Recently a colleague told me Google had published new, interesting data sets at BigQuery. I found a lot of Reddit data as well, so I quickly tried running BigQuery with these text data to see what I could produce. After getting some pretty interesting results, I wanted to see if I could implement the same analysis with SAS and if using SAS Text Mining you would get deeper insights than simple queries. So, I tried SAS with Reddit comments data and I’d like to share my analyses and findings with you.
Analysis 1: Significant Words
To get started with BigQuery, I googled what others were sharing regarding BigQuery and Reddit, and I found USING BIGQUERY WITH REDDIT DATA. In this article the author posted a query statement about extracting significant words from Politics subreddit. I then wrote a SAS program to mimic this query and I got following data with the July of Reddit comments. The result is not completely same as the one from BigQuery, since I downloaded the Reddit data from another web site and used SAS Text Parsing action to parse the comments into tokens rather than just splitting tokens by white space.
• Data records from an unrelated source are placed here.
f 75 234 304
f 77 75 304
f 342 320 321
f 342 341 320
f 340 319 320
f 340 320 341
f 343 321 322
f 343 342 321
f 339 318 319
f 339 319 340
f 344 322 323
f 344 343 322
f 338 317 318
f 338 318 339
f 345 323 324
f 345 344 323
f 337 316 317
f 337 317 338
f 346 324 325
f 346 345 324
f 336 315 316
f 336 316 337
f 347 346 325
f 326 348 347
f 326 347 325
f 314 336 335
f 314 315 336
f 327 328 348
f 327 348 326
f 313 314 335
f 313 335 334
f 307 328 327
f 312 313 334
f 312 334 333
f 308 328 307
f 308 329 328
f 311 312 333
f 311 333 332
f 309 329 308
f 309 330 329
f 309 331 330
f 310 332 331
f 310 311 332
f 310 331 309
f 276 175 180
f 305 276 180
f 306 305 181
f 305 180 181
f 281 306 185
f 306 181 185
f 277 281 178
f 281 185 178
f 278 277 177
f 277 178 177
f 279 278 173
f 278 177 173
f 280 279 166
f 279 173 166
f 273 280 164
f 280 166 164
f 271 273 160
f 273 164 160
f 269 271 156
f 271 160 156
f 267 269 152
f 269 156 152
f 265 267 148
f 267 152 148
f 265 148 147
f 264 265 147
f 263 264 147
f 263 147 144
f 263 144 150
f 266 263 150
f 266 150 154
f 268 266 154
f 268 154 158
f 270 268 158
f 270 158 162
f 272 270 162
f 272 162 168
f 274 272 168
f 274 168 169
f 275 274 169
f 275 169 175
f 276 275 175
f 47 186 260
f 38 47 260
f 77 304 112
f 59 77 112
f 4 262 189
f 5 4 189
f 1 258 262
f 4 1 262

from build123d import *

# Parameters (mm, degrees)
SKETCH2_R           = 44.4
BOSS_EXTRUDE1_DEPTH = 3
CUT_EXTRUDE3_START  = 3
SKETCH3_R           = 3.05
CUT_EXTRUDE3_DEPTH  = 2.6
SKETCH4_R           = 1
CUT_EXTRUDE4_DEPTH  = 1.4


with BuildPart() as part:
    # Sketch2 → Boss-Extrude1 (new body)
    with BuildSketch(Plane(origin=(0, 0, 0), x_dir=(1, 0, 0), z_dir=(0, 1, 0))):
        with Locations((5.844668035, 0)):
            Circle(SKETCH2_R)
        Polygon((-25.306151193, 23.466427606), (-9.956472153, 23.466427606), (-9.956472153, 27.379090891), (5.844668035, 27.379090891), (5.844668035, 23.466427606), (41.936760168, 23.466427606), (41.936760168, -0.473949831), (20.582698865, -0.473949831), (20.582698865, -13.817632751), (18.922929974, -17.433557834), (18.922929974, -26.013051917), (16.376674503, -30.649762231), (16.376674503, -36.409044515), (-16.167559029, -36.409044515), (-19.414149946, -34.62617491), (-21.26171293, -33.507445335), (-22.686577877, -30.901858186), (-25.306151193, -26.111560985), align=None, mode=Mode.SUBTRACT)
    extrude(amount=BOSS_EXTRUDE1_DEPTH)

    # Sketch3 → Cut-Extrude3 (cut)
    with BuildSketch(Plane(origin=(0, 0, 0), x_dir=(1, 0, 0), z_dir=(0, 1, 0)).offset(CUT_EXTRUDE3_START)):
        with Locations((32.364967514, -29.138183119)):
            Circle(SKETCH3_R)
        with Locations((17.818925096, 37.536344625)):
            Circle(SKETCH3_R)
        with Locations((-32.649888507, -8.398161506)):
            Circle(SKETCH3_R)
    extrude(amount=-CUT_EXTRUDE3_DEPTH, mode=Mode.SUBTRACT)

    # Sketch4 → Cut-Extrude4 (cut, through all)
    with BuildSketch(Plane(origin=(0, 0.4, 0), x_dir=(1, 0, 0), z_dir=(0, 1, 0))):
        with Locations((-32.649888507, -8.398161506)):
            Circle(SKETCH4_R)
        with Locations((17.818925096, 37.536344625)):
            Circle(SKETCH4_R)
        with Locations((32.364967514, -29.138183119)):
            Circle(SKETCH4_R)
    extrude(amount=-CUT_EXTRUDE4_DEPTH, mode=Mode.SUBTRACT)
Analysis 2: Daily Submissions
The words Trump and Hillary in the list raised my interest and begged for further analysis. So, I did a daily analysis to understand how hot Trump and Hillary were during this month. I filtered all comments mentioning Trump or Hillary under Politics subreddit and counted total submissions per day. The resulting time series plot is shown below.
I found several spikes in the plot, which happened on 2016/7/5, 2016/7/12, 2016/7/21, and 2016/7/26.
Analysis 3: Topics Time Line
I wondered what Reddit users were concerned about on these specific days, so I extracted the top 10 topics from all comments submitted in July, 2016 within Politics subreddit and got the following data. These topics obviously focused on several aspects, such as vote, president candidates, party, and hot news such as Hillary’s email probe.
The topics showed what people were concerned about in the whole month, but I need further investigation in order to explain which topic mostly contributed to the four spikes. The topics’ time series plot helped me find the answer.
Some topics’ time series trends are very close and it is hard to determine which topic contributed mostly, so I got the top contribution topic based on their daily percentage growth. The top growth topic on July 05 is “emails, dnc, +server, hillary, +classify”, which has 256.23 times of growth.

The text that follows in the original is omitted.